Jim, I was using a big jig-head - cant remember the hook size. About a 4/0. The fish that snapped it was heavy, and I would have called for a snapper. But after pulling in rats, I'd say it was a bigger king. 3 smokings later, I'm sure.

Paul, hooked up every fish bar one on a medium snapper plastics rig - 20lb braid and 22lb leader. I had a heavier rig out (30lb braid, 40lb leader), but it was generally ignored.

Just a matter of time Mal - you will get onto that that first school of kings, and become an addict. Squid strips seem to be the preferred bait for the Longy kings. If you can get hold fresh stuff, they find it irresistible.

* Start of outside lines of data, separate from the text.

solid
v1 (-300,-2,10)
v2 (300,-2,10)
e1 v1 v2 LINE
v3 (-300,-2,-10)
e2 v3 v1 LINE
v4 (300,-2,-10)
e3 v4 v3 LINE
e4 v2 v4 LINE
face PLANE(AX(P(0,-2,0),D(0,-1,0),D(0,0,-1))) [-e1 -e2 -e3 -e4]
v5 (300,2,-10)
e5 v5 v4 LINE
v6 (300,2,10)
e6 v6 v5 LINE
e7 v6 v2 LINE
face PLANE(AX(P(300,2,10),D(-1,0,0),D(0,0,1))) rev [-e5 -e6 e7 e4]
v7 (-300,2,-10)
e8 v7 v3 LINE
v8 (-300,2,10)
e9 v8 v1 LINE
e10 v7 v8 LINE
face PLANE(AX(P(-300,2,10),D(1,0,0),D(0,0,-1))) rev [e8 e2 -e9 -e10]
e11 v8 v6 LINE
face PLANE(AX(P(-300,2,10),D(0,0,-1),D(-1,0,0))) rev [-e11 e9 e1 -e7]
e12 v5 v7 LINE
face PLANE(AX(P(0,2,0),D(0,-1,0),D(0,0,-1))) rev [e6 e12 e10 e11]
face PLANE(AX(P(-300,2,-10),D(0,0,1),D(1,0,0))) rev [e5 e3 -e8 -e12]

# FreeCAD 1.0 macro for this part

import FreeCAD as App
import Part
import Sketcher
from FreeCAD import Vector

doc = App.newDocument("Part")
body = doc.addObject("PartDesign::Body", "Body")

# Sketch on XZ plane
sketch1 = body.newObject("Sketcher::SketchObject", "Sketch")
sketch1.AttachmentSupport = (doc.getObject("XZ_Plane"), [""])
sketch1.MapMode = "FlatFace"
sketch1.addGeometry([
    Part.LineSegment(Vector(-300, -10, 0), Vector(-300, 10, 0)),
    Part.LineSegment(Vector(-300, 10, 0), Vector(300, 10, 0)),
    Part.LineSegment(Vector(300, 10, 0), Vector(300, -10, 0)),
    Part.LineSegment(Vector(300, -10, 0), Vector(-300, -10, 0)),
], False)
sketch1.addConstraint([
    Sketcher.Constraint("Coincident", 0, 2, 1, 1),
    Sketcher.Constraint("Coincident", 1, 2, 2, 1),
    Sketcher.Constraint("Coincident", 2, 2, 3, 1),
    Sketcher.Constraint("Coincident", 3, 2, 0, 1),
    Sketcher.Constraint("Vertical", 0),
    Sketcher.Constraint("Horizontal", 1),
    Sketcher.Constraint("Vertical", 2),
    Sketcher.Constraint("Horizontal", 3),
    Sketcher.Constraint("Symmetric", 0, 2, 2, 2, -1, 1),
    Sketcher.Constraint("DistanceX", 1, 1, 1, 2, 600.0),
    Sketcher.Constraint("DistanceY", 0, 1, 0, 2, 20.0),
])
pad1 = body.newObject("PartDesign::Pad", "Pad")
pad1.Profile = sketch1
pad1.Length = 4
pad1.Midplane = True

doc.recompute()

There were some bigger fish out there, so I also tried butterflied slimies. They were relentlessly pecked at by the resident sweep, with the odd eyeball hook-up (those fish are stoopid), but no interest from the kings. If you can get hold of small livies, I reckon you will do some damage. The nearby lake was thick will poddy mullet. Worth trapping some next time?

KP, yes, Murd swears by the "wire" method. He also swears by his 30 year-old-hardcore-off road-swift, his 40-year-old-battered-green-SIK, no PFD, and fishing shirtless for bull sharks in crock infested waters. I have seen him catch kings at Longy with his teeth.

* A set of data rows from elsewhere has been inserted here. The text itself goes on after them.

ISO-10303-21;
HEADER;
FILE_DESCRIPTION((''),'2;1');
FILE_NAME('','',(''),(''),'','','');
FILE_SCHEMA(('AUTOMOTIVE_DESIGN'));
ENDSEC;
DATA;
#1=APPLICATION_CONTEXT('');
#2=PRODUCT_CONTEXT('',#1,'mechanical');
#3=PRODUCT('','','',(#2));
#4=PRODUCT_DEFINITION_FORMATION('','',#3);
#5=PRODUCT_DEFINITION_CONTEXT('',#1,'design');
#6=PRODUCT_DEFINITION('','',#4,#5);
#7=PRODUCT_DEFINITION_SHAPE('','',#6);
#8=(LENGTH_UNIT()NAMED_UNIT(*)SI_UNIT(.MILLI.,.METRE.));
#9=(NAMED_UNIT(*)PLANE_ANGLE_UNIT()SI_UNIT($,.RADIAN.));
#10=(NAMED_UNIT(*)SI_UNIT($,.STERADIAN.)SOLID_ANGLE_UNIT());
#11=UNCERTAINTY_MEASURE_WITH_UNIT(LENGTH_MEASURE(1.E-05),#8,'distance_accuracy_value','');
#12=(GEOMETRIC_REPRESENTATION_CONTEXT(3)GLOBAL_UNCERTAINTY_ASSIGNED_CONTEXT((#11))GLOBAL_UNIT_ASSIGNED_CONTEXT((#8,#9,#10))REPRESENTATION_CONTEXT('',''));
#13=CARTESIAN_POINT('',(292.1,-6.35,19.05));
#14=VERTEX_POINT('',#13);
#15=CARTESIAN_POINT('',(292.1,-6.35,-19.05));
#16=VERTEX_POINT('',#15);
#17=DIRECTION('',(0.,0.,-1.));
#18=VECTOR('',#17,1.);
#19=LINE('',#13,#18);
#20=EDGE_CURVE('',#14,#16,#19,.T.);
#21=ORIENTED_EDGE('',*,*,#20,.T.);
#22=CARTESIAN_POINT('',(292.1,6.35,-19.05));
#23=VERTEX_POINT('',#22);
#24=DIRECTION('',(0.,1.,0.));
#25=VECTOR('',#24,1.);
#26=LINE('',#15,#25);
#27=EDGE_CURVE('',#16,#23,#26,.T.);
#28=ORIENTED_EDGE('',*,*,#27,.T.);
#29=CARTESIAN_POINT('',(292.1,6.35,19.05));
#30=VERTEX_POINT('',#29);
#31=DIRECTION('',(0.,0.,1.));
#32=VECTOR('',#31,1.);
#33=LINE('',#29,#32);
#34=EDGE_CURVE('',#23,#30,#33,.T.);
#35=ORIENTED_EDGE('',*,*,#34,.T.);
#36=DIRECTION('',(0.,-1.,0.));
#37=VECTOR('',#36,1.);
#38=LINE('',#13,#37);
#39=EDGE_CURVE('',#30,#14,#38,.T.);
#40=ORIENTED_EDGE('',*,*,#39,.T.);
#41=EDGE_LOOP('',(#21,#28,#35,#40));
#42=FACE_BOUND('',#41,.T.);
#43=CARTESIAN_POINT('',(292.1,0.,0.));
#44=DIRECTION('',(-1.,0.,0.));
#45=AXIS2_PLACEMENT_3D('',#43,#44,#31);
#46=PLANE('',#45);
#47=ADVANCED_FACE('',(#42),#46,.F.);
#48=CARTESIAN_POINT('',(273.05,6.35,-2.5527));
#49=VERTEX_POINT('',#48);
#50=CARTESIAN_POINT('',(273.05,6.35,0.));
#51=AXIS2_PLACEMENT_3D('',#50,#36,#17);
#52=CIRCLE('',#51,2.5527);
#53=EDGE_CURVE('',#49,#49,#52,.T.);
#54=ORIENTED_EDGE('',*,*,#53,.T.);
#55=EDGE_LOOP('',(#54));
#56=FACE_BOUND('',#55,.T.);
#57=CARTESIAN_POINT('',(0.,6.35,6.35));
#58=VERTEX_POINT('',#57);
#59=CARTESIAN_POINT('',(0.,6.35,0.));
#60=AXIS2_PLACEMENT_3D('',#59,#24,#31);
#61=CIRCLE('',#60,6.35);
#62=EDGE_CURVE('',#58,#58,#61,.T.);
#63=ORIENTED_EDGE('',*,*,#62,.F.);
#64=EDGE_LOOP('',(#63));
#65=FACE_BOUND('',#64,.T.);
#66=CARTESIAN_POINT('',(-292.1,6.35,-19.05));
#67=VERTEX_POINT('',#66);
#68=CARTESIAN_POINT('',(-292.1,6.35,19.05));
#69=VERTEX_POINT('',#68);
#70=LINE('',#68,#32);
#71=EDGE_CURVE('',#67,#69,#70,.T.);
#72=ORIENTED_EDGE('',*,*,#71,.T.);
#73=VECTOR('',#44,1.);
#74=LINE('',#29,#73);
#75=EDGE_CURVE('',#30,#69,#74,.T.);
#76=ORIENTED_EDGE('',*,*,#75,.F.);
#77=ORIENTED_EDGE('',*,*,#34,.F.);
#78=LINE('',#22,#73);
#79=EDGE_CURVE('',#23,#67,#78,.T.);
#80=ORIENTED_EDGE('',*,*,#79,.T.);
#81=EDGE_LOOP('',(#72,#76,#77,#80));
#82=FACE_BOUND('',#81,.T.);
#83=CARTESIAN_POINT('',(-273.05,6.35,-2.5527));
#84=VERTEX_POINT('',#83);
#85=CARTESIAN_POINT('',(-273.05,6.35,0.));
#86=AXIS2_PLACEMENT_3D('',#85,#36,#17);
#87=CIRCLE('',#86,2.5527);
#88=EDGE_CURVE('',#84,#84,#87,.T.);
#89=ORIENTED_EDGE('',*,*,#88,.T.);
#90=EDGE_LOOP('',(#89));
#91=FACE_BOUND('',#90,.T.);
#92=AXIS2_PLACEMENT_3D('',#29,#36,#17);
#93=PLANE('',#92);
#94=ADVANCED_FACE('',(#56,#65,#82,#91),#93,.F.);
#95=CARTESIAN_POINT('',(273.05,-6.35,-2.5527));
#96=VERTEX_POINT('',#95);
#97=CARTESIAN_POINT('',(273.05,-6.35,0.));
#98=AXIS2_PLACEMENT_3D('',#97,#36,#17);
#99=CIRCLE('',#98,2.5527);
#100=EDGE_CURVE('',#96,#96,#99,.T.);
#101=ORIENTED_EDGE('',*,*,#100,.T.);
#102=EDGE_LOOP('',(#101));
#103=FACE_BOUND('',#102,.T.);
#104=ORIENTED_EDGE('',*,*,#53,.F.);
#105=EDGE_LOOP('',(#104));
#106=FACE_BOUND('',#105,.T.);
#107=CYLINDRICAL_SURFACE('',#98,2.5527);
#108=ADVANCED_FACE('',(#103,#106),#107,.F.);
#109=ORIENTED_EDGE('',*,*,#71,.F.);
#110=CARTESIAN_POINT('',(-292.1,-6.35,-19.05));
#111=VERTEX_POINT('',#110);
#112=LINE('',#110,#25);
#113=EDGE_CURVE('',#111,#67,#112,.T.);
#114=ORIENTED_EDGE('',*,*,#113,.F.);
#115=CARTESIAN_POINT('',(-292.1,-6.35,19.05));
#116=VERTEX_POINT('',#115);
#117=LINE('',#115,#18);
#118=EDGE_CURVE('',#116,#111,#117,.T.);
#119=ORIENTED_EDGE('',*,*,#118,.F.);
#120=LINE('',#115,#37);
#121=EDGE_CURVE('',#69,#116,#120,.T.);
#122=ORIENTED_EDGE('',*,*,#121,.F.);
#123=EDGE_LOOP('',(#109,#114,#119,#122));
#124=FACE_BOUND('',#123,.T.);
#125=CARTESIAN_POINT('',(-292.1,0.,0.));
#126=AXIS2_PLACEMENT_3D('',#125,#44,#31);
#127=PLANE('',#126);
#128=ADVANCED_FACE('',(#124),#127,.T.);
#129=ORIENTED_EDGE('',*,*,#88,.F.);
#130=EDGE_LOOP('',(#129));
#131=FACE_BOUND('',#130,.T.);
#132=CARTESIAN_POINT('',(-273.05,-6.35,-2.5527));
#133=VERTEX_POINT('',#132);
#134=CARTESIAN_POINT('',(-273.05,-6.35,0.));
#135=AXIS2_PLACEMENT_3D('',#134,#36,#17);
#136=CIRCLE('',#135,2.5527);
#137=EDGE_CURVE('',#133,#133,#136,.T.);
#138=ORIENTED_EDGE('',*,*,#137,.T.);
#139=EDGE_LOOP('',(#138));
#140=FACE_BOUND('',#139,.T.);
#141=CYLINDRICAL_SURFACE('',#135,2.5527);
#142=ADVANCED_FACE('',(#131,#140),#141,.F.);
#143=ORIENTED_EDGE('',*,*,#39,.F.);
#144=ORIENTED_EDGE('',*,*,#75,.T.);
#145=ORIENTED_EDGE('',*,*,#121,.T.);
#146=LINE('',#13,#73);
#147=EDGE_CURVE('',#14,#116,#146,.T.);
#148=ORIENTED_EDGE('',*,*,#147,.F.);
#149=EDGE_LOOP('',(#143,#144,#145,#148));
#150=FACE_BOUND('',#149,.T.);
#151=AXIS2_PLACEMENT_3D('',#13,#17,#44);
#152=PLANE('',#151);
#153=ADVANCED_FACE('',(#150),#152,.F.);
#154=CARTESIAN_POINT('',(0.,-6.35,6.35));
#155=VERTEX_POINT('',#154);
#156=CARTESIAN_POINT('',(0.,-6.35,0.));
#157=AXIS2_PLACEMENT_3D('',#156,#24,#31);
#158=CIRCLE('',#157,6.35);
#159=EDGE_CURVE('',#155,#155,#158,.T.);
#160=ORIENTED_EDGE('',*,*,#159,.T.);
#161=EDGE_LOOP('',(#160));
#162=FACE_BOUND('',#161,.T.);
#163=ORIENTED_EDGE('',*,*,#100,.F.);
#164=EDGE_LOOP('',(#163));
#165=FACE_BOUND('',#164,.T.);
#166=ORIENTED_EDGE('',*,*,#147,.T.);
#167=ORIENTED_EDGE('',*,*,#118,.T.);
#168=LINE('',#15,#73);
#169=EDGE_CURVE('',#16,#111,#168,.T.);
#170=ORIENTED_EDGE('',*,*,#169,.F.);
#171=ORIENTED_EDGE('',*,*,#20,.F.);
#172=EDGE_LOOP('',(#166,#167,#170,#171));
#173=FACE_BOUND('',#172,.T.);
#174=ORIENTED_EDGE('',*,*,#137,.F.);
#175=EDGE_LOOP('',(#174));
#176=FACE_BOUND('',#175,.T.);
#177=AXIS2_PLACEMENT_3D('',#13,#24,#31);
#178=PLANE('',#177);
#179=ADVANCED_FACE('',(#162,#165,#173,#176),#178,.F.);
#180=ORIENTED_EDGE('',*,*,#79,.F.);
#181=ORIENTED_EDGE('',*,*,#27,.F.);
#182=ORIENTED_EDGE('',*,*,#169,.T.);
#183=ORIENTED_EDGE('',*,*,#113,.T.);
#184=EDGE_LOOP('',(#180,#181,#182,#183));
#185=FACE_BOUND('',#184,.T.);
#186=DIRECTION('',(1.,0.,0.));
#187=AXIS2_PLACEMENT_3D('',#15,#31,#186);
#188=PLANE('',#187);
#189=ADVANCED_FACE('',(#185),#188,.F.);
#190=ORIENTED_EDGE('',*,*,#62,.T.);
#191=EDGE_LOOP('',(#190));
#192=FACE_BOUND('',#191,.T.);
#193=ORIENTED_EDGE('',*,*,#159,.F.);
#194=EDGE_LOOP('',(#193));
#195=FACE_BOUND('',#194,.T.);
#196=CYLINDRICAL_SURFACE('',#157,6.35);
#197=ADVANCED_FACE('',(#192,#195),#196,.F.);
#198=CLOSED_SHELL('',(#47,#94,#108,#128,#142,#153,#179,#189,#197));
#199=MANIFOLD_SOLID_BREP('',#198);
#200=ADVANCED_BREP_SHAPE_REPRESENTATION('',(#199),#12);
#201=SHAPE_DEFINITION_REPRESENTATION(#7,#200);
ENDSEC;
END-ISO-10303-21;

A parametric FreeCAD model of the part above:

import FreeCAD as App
import Part
import Sketcher

V = App.Vector
Q = App.Units.Quantity


def add_polygon(sketch, points):
    """Adds a closed chain of lines whose ends are joined by coincident constraints."""
    first, n = sketch.GeometryCount, len(points)
    for a, b in zip(points, points[1:] + points[:1]):
        sketch.addGeometry(Part.LineSegment(App.Vector(*a, 0), App.Vector(*b, 0)), False)
    for i in range(n):
        sketch.addConstraint(Sketcher.Constraint("Coincident", first + i, 2, first + (i + 1) % n, 1))

doc = App.newDocument("Part")
body = doc.addObject("PartDesign::Body", "Body")

# Sketch on YZ plane
sketch1 = body.newObject("Sketcher::SketchObject", "Sketch")
sketch1.AttachmentSupport = (doc.getObject("YZ_Plane"), [""])
sketch1.MapMode = "FlatFace"
add_polygon(sketch1, [(6, 19), (-6, 19), (-6, -19), (6, -19)])  # lines 0-3
sketch1.addConstraint(Sketcher.Constraint("Horizontal", 0))
sketch1.addConstraint(Sketcher.Constraint("Vertical", 1))
sketch1.addConstraint(Sketcher.Constraint("Horizontal", 2))
sketch1.addConstraint(Sketcher.Constraint("Vertical", 3))
sketch1.addConstraint(Sketcher.Constraint("Symmetric", 0, 2, 2, 2, -1, 1))
sketch1.addConstraint(Sketcher.Constraint("DistanceX", 0, 2, 0, 1, Q("0.5 in")))
sketch1.addConstraint(Sketcher.Constraint("DistanceY", 1, 2, 1, 1, Q("1.5 in")))
pad1 = body.newObject("PartDesign::Pad", "Pad")
pad1.Profile = sketch1
pad1.Length = Q("23 in")
pad1.Midplane = True

# Sketch on XZ plane
sketch2 = body.newObject("Sketcher::SketchObject", "Sketch001")
sketch2.AttachmentSupport = (doc.getObject("XZ_Plane"), [""])
sketch2.MapMode = "FlatFace"
sketch2.AttachmentOffset = App.Placement(V(0, 0, -0.25 * 25.4), App.Rotation())
sketch2.addGeometry(Part.Circle(V(0, 0, 0), V(0, 0, 1), 6), False)
sketch2.addConstraint(Sketcher.Constraint("Coincident", 0, 3, -1, 1))
sketch2.addConstraint(Sketcher.Constraint("Diameter", 0, Q("0.5 in")))
pocket1 = body.newObject("PartDesign::Pocket", "Pocket")
pocket1.Profile = sketch2
pocket1.Type = "ThroughAll"
pocket1.Reversed = True

# Sketch on XZ plane
sketch3 = body.newObject("Sketcher::SketchObject", "Sketch002")
sketch3.AttachmentSupport = (doc.getObject("XZ_Plane"), [""])
sketch3.MapMode = "FlatFace"
sketch3.AttachmentOffset = App.Placement(V(0, 0, 0.25 * 25.4), App.Rotation())
sketch3.addGeometry(Part.Circle(V(-273.1, 0, 0), V(0, 0, 1), 2.6), False)
sketch3.addGeometry(Part.Circle(V(273.1, 0, 0), V(0, 0, 1), 2.6), False)
sketch3.addConstraint(Sketcher.Constraint("Equal", 0, 1))
sketch3.addConstraint(Sketcher.Constraint("Symmetric", 0, 3, 1, 3, -1, 1))
sketch3.addConstraint(Sketcher.Constraint("PointOnObject", 0, 3, -1))
sketch3.addConstraint(Sketcher.Constraint("Diameter", 0, Q("0.201 in")))
sketch3.addConstraint(Sketcher.Constraint("DistanceX", 0, 3, 1, 3, Q("21.5 in")))
doc.recompute()
hole = body.newObject("PartDesign::Hole", "Hole")
hole.Profile = sketch3
hole.ThreadType = "None"
hole.Diameter = Q("0.201 in")
hole.DepthType = "ThroughAll"

doc.recompute()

Looking forward to reading reports from you Central Coast yakkers, and following the updates on the signatures.


----------



## kiwipea (Jun 17, 2008)

KP, yes, Murd swears by the "wire" method. He also swears by his 30 year-old-hardcore-off road-swift, his 40-year-old-battered-green-SIK, no PFD, and fishing shirtless for bull sharks in crock infested waters. I have seen him catch kings at Longy with his teeth.

Yea ok I hear where you coming from, sometimes it takes special people doing special things, and I admire them for it.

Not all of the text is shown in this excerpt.